# TRY IT
Once you find the line with "f 90 927 80" in the data that follows, repeat it and every line after it exactly, through the line with "f 154 151 147".

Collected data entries

● ● ●

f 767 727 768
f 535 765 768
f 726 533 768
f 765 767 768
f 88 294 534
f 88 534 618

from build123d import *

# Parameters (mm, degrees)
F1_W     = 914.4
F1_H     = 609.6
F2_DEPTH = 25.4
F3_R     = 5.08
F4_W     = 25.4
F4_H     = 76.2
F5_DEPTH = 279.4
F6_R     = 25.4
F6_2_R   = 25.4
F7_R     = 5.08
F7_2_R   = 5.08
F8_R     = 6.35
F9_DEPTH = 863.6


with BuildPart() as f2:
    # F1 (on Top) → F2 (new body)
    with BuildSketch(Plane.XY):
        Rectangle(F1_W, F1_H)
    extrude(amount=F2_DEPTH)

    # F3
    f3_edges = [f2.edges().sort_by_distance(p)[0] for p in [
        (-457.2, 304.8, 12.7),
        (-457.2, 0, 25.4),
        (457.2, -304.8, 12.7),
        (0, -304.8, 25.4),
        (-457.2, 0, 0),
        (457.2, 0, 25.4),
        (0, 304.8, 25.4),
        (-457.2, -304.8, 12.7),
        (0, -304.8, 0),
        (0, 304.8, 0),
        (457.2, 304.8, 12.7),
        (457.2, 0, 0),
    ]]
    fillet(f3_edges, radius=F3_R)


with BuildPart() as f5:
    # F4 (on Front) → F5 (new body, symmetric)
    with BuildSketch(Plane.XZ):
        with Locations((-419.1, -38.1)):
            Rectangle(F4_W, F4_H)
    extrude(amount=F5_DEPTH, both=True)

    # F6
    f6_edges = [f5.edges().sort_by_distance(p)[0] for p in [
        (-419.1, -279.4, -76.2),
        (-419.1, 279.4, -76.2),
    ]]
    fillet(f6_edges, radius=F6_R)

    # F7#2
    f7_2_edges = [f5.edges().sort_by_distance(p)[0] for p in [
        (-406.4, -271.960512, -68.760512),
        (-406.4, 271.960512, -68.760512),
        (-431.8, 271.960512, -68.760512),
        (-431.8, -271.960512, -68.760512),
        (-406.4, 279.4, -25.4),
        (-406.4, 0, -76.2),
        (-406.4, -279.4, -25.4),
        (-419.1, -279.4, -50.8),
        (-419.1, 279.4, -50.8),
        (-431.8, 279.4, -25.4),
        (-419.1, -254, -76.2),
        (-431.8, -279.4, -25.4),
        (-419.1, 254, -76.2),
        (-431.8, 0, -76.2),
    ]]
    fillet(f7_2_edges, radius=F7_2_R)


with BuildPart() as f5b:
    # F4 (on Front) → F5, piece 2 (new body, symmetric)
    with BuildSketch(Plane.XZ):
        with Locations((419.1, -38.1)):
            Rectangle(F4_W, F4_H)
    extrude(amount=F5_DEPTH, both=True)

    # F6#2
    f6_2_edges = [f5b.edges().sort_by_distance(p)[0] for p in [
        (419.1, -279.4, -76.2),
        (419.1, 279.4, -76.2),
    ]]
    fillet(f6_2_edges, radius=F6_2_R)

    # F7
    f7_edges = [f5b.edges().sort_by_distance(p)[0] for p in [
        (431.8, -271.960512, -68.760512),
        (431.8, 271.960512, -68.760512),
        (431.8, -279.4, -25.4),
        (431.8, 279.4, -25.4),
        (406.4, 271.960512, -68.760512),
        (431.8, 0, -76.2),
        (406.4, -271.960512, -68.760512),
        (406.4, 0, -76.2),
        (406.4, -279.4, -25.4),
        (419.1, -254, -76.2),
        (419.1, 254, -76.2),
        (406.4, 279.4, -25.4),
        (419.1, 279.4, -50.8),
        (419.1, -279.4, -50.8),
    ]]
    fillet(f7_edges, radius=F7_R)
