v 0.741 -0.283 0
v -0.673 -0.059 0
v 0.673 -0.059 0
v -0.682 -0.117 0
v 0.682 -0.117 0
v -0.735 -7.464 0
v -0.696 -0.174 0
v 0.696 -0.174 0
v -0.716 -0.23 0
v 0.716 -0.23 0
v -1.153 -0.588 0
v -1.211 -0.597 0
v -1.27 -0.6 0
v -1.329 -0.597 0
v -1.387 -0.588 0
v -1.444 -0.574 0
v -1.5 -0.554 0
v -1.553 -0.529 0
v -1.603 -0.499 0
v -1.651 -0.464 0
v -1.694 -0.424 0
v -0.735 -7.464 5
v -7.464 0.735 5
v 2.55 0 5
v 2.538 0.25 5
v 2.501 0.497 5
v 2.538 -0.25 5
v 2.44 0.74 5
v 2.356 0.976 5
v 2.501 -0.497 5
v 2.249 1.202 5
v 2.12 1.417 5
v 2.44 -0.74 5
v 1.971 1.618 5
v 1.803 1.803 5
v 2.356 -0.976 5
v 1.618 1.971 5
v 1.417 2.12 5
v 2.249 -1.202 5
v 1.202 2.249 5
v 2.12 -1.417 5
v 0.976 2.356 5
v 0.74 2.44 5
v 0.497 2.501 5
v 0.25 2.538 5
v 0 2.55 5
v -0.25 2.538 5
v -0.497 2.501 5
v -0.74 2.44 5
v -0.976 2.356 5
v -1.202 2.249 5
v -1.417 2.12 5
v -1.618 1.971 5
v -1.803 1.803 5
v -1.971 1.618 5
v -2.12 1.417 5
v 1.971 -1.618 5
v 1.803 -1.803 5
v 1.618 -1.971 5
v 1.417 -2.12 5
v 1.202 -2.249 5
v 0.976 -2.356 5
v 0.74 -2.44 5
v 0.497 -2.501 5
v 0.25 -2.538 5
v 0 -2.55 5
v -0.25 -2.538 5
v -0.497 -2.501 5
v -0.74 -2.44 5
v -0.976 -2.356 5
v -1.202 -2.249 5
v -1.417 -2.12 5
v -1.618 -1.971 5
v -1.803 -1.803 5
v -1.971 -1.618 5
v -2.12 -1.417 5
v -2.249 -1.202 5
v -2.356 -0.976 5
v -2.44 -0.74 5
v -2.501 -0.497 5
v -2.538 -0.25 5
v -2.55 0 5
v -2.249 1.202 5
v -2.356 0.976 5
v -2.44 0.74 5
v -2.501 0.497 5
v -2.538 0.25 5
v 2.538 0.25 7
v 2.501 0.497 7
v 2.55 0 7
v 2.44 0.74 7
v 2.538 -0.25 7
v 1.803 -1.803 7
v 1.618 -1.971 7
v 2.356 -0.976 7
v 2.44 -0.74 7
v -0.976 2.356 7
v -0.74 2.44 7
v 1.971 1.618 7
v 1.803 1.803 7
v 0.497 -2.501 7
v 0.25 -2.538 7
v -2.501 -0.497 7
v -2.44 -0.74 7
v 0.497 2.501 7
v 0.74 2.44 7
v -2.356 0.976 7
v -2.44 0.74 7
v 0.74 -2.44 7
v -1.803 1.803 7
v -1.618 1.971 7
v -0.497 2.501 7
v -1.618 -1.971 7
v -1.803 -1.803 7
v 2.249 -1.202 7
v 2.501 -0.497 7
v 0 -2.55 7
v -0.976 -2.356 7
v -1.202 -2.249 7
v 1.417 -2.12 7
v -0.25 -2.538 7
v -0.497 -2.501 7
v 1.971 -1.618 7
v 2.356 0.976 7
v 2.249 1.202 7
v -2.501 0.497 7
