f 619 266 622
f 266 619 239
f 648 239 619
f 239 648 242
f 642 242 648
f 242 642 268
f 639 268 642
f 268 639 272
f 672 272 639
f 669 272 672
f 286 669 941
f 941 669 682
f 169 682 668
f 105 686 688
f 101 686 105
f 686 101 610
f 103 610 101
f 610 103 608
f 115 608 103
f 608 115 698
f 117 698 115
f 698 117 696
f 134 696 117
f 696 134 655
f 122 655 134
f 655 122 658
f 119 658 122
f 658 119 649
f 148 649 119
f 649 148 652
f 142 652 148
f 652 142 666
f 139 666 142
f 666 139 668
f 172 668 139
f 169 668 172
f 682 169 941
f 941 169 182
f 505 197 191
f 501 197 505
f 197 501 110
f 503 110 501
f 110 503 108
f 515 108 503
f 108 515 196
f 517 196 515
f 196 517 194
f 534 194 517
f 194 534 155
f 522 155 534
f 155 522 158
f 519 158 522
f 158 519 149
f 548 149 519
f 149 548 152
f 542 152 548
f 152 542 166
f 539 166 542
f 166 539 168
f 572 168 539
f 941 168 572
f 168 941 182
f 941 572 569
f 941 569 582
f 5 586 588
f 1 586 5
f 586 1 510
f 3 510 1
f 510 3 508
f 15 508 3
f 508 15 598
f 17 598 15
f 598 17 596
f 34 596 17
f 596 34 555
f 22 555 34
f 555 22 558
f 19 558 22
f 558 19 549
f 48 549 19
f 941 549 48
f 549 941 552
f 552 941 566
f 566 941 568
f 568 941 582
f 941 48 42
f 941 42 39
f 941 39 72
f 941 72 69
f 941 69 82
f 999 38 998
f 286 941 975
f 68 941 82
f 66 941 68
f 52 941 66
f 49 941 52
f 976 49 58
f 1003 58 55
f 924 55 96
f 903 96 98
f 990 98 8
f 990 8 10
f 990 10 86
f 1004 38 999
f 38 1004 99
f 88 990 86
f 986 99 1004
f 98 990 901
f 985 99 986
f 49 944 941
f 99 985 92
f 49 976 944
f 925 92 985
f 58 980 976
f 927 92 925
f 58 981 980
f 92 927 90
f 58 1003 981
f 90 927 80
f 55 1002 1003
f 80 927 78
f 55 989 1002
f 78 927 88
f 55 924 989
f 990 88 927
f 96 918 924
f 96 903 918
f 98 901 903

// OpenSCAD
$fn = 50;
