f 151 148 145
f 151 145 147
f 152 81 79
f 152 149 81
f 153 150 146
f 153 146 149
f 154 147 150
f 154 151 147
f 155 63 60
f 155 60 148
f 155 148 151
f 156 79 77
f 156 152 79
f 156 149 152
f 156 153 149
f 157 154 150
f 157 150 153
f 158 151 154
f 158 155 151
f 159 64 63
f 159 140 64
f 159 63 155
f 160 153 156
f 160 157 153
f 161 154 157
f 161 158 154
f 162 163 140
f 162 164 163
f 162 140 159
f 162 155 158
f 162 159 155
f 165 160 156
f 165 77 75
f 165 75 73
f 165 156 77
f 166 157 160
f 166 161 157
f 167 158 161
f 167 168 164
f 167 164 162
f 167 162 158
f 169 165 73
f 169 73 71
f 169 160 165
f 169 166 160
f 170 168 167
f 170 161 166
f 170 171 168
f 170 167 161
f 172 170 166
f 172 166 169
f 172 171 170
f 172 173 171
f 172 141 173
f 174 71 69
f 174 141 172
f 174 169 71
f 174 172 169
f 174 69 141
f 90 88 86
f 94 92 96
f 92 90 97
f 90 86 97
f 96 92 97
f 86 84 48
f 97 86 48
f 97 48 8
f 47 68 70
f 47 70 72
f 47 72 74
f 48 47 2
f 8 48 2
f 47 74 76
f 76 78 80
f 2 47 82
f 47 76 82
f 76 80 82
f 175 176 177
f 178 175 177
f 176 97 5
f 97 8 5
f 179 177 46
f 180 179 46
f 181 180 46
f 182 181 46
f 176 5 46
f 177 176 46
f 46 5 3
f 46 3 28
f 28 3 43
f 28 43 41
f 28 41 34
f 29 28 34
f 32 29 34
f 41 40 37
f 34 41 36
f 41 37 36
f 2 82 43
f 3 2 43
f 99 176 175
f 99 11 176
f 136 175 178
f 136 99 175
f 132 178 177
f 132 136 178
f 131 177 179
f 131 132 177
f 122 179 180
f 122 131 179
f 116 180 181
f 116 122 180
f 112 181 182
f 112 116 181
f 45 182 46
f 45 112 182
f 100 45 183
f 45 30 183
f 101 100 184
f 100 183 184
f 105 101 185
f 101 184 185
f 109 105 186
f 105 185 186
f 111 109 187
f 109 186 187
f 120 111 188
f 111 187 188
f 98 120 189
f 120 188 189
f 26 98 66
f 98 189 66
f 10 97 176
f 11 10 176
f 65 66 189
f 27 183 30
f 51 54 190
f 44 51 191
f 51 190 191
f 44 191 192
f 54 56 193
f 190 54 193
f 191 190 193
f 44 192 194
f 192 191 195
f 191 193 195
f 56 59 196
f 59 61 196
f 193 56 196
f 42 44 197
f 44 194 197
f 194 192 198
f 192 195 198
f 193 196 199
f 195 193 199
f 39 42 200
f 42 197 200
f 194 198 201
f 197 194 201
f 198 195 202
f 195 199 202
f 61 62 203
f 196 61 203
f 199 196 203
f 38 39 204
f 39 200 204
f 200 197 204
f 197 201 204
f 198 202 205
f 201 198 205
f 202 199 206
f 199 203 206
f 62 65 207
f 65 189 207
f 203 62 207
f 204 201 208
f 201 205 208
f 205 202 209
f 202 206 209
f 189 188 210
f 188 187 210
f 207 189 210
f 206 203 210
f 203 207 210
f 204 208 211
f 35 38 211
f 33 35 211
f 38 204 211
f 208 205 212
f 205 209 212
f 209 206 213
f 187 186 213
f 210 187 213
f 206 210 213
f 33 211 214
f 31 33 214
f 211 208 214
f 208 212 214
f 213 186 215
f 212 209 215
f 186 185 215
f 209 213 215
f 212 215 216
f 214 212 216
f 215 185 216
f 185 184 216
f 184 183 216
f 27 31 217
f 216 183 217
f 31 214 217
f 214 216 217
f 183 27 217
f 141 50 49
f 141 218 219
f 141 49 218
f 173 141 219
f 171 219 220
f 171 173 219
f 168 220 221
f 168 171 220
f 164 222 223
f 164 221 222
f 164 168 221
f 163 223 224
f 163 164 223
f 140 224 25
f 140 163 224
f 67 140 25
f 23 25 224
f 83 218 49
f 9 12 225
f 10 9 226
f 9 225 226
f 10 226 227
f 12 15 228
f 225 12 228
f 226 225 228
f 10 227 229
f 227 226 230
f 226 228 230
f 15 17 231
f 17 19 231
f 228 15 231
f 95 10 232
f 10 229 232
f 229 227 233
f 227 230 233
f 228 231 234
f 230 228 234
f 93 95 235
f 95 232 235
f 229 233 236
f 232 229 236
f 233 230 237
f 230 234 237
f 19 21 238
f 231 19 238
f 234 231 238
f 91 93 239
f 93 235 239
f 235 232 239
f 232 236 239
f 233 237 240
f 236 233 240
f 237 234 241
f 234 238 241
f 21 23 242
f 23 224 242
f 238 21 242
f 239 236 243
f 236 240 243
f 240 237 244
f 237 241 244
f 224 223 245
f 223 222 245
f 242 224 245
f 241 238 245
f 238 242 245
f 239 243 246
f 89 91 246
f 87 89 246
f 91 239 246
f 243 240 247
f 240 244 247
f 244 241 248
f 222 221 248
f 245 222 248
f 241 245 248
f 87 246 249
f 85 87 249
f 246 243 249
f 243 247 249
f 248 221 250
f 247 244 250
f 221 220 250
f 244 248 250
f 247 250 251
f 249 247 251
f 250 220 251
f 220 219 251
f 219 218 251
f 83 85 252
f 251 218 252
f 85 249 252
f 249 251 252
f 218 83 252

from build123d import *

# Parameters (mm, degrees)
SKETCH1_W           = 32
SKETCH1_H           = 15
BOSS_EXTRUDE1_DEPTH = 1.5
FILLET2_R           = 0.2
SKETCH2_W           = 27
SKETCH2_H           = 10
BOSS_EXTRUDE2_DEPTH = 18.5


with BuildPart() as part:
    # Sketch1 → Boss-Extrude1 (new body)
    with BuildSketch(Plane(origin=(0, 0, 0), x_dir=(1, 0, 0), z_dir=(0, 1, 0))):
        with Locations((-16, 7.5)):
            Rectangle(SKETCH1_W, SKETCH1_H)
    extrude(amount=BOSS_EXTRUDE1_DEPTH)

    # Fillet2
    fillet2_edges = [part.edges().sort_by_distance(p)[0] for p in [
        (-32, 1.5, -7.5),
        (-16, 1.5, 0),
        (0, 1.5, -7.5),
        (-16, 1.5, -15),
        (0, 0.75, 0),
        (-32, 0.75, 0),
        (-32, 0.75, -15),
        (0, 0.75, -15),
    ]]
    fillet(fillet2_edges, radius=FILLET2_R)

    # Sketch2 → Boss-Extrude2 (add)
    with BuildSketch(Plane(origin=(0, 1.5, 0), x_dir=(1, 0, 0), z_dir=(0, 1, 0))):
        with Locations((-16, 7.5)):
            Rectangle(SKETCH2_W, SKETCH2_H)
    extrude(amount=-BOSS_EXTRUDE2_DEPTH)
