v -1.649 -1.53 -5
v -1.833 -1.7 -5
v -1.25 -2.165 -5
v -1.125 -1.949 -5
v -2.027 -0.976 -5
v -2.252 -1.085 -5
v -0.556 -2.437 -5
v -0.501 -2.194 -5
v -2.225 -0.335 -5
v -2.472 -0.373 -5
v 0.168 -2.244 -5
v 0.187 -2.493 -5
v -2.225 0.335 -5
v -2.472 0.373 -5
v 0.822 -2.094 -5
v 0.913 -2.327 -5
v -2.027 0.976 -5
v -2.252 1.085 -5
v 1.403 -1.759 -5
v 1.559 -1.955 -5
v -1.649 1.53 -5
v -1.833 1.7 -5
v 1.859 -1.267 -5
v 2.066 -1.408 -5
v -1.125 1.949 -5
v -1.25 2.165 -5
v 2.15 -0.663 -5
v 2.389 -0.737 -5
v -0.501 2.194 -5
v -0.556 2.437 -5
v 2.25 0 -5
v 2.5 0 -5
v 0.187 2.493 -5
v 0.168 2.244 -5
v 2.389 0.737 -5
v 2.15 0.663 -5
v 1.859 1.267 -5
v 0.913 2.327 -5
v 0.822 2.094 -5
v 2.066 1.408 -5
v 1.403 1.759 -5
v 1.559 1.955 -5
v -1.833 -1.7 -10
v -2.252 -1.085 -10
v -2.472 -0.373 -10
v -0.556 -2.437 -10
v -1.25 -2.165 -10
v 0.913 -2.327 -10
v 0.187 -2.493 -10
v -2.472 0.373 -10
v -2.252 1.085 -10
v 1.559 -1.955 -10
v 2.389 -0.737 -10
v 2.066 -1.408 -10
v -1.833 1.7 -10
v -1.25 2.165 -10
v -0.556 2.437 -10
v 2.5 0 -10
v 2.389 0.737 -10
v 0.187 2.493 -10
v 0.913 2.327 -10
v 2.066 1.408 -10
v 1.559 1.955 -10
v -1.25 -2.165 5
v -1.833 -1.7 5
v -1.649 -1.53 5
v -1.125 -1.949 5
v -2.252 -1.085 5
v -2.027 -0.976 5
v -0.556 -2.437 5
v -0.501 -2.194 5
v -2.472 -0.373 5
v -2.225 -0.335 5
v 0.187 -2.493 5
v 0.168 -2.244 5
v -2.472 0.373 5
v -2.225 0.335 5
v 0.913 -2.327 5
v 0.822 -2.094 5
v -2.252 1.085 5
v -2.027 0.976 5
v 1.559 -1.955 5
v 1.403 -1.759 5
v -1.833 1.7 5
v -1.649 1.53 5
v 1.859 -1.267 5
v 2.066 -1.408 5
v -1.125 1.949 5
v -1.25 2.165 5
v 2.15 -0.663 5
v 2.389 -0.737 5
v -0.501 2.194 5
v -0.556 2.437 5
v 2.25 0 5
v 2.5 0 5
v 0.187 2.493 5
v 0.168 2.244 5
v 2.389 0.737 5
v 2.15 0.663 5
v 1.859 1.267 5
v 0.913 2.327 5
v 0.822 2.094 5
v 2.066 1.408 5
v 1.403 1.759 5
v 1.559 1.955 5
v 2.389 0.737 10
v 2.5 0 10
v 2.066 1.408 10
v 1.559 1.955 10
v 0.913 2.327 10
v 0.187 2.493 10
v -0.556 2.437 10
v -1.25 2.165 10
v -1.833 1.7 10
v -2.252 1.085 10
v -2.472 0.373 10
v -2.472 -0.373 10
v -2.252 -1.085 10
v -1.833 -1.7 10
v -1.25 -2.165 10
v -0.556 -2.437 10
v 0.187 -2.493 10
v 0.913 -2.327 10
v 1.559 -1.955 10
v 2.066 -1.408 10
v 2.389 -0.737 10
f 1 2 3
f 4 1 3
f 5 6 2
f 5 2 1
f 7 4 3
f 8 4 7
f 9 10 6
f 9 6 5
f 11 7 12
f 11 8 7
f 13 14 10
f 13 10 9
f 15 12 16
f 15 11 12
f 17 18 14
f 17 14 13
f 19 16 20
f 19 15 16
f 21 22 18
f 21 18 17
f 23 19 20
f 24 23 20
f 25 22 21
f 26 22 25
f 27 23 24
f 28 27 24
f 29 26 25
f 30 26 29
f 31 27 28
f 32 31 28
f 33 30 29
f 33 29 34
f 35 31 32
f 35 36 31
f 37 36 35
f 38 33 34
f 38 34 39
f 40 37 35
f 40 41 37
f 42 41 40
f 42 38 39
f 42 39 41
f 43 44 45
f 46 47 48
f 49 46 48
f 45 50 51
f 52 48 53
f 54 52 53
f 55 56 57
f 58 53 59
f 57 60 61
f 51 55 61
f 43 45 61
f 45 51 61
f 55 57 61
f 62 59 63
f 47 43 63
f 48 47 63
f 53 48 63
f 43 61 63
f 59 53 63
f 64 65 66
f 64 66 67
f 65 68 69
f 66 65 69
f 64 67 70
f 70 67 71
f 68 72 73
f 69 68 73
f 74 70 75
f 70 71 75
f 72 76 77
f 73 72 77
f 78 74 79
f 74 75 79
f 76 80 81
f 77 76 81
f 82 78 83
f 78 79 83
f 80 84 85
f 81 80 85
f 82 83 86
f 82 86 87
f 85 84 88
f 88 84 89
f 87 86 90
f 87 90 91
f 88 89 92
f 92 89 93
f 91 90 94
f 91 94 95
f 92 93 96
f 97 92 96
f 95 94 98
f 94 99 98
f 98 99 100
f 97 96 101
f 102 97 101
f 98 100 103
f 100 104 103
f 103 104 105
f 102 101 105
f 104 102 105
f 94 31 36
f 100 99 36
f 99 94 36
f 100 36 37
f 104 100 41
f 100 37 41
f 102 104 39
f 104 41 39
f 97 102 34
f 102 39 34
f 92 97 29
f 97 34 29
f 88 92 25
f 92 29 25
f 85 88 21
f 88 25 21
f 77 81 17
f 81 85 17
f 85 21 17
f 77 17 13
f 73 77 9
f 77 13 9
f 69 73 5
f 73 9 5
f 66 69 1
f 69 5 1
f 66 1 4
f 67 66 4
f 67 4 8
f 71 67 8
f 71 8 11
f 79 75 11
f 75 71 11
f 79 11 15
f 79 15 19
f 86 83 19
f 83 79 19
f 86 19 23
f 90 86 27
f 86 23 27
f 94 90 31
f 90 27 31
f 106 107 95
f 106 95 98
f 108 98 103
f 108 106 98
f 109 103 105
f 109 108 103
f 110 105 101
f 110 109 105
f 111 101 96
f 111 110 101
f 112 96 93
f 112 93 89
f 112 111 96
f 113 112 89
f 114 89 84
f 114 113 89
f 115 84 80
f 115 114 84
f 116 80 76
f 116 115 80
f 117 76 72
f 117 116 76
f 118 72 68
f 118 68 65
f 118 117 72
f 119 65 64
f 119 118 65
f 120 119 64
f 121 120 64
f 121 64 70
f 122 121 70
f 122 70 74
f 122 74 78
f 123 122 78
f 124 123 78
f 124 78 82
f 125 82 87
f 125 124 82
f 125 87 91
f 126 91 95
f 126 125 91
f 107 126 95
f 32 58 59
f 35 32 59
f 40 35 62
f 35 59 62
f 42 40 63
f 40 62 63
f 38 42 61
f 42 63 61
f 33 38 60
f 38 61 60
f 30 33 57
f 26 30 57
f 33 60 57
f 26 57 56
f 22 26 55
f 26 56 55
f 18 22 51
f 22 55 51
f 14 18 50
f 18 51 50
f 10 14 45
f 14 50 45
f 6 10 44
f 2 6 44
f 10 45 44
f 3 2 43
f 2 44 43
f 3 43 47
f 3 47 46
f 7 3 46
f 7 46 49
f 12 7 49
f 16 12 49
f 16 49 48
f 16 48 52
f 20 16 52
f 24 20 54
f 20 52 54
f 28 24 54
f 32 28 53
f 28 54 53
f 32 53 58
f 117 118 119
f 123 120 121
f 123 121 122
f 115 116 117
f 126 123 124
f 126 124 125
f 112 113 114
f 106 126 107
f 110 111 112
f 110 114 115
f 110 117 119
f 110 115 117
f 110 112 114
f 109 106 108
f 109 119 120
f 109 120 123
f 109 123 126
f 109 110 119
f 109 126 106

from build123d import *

# Parameters (mm, degrees)
EXTRUDE_START        = 10
SKETCH_1_R           = 2.5
EXTRUDE_1_DEPTH      = 5
EXTRUDE_2_DEPTH      = 6
EXTRUDE_2_DEPTH_BACK = 6
SKETCH_2_R           = 2.25


with BuildPart() as part:
    # Эскиз1 → Бобышка-Вытянуть1 (new body)
    with BuildSketch(Plane.XY.offset(EXTRUDE_START)):
        Circle(SKETCH_1_R)
    extrude_1 = extrude(amount=-EXTRUDE_1_DEPTH)

    # Эскиз2 → Бобышка-Вытянуть2 (add, two sides: drawn at the far end of the back side and taken through both)
    with BuildSketch(Plane.XY.offset(-EXTRUDE_2_DEPTH_BACK)):
        Circle(SKETCH_2_R)
    extrude(amount=EXTRUDE_2_DEPTH + EXTRUDE_2_DEPTH_BACK)

    # Зеркальное отражение1: Бобышка-Вытянуть1 across plane
    add(extrude_1.mirror(Plane.XY))


solid = part.part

● ● ●

# RESULT BELOW
f 90 927 80
f 55 1002 1003
f 80 927 78
f 55 989 1002
f 78 927 88
f 55 924 989
f 990 88 927
f 96 918 924
f 96 903 918
f 98 901 903

// OpenSCAD
$fn = 50;
f 151 148 145
f 151 145 147
f 152 81 79
f 152 149 81
f 153 150 146
f 153 146 149
f 154 147 150
f 154 151 147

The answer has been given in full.